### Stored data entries

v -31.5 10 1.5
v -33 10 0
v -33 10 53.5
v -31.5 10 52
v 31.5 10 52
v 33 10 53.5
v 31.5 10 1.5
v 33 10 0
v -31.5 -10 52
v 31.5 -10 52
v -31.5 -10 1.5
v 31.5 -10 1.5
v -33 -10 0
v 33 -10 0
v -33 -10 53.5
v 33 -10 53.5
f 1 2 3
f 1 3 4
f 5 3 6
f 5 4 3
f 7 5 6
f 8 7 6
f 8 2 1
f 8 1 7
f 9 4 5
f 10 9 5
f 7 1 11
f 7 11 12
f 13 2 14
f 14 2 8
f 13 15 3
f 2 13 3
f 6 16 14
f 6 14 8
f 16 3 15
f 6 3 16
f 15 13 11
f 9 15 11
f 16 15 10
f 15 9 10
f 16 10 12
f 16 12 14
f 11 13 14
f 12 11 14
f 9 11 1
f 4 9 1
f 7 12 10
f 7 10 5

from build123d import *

# Parameters (mm, degrees)
SKETCH_1_W        = 66
SKETCH_1_H        = 20
EXTRUDE_224_DEPTH = 1.5
EXTRUDE_START     = 1.5
SKETCH_2_W        = 1.5
SKETCH_2_H        = 20
EXTRUDE_307_DEPTH = 50.5
EXTRUDE_START_2   = 52
SKETCH_3_W        = 66
SKETCH_3_H        = 20
EXTRUDE_387_DEPTH = 1.5


with BuildPart() as part:
    # 草图1 → Extrude 224 (new body)
    with BuildSketch(Plane.XY):
        Rectangle(SKETCH_1_W, SKETCH_1_H)
    extrude(amount=EXTRUDE_224_DEPTH)

    # 草图2 → Extrude 307 (add)
    with BuildSketch(Plane.XY.offset(EXTRUDE_START)):
        with Locations((-32.25, 0)):
            Rectangle(SKETCH_2_W, SKETCH_2_H)
        with Locations((32.25, 0)):
            Rectangle(SKETCH_2_W, SKETCH_2_H)
    extrude(amount=EXTRUDE_307_DEPTH)

    # 草图3 → Extrude 387 (add)
    with BuildSketch(Plane.XY.offset(EXTRUDE_START_2)):
        Rectangle(SKETCH_3_W, SKETCH_3_H)
    extrude(amount=EXTRUDE_387_DEPTH)


solid = part.part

### WORK REQUEST
Reprint the entries above in full, exactly as they are.

### RESULT OF THIS EXERCISE
v -31.5 10 1.5
v -33 10 0
v -33 10 53.5
v -31.5 10 52
v 31.5 10 52
v 33 10 53.5
v 31.5 10 1.5
v 33 10 0
v -31.5 -10 52
v 31.5 -10 52
v -31.5 -10 1.5
v 31.5 -10 1.5
v -33 -10 0
v 33 -10 0
v -33 -10 53.5
v 33 -10 53.5
f 1 2 3
f 1 3 4
f 5 3 6
f 5 4 3
f 7 5 6
f 8 7 6
f 8 2 1
f 8 1 7
f 9 4 5
f 10 9 5
f 7 1 11
f 7 11 12
f 13 2 14
f 14 2 8
f 13 15 3
f 2 13 3
f 6 16 14
f 6 14 8
f 16 3 15
f 6 3 16
f 15 13 11
f 9 15 11
f 16 15 10
f 15 9 10
f 16 10 12
f 16 12 14
f 11 13 14
f 12 11 14
f 9 11 1
f 4 9 1
f 7 12 10
f 7 10 5

from build123d import *

# Parameters (mm, degrees)
SKETCH_1_W        = 66
SKETCH_1_H        = 20
EXTRUDE_224_DEPTH = 1.5
EXTRUDE_START     = 1.5
SKETCH_2_W        = 1.5
SKETCH_2_H        = 20
EXTRUDE_307_DEPTH = 50.5
EXTRUDE_START_2   = 52
SKETCH_3_W        = 66
SKETCH_3_H        = 20
EXTRUDE_387_DEPTH = 1.5


with BuildPart() as part:
    # 草图1 → Extrude 224 (new body)
    with BuildSketch(Plane.XY):
        Rectangle(SKETCH_1_W, SKETCH_1_H)
    extrude(amount=EXTRUDE_224_DEPTH)

    # 草图2 → Extrude 307 (add)
    with BuildSketch(Plane.XY.offset(EXTRUDE_START)):
        with Locations((-32.25, 0)):
            Rectangle(SKETCH_2_W, SKETCH_2_H)
        with Locations((32.25, 0)):
            Rectangle(SKETCH_2_W, SKETCH_2_H)
    extrude(amount=EXTRUDE_307_DEPTH)

    # 草图3 → Extrude 387 (add)
    with BuildSketch(Plane.XY.offset(EXTRUDE_START_2)):
        Rectangle(SKETCH_3_W, SKETCH_3_H)
    extrude(amount=EXTRUDE_387_DEPTH)


solid = part.part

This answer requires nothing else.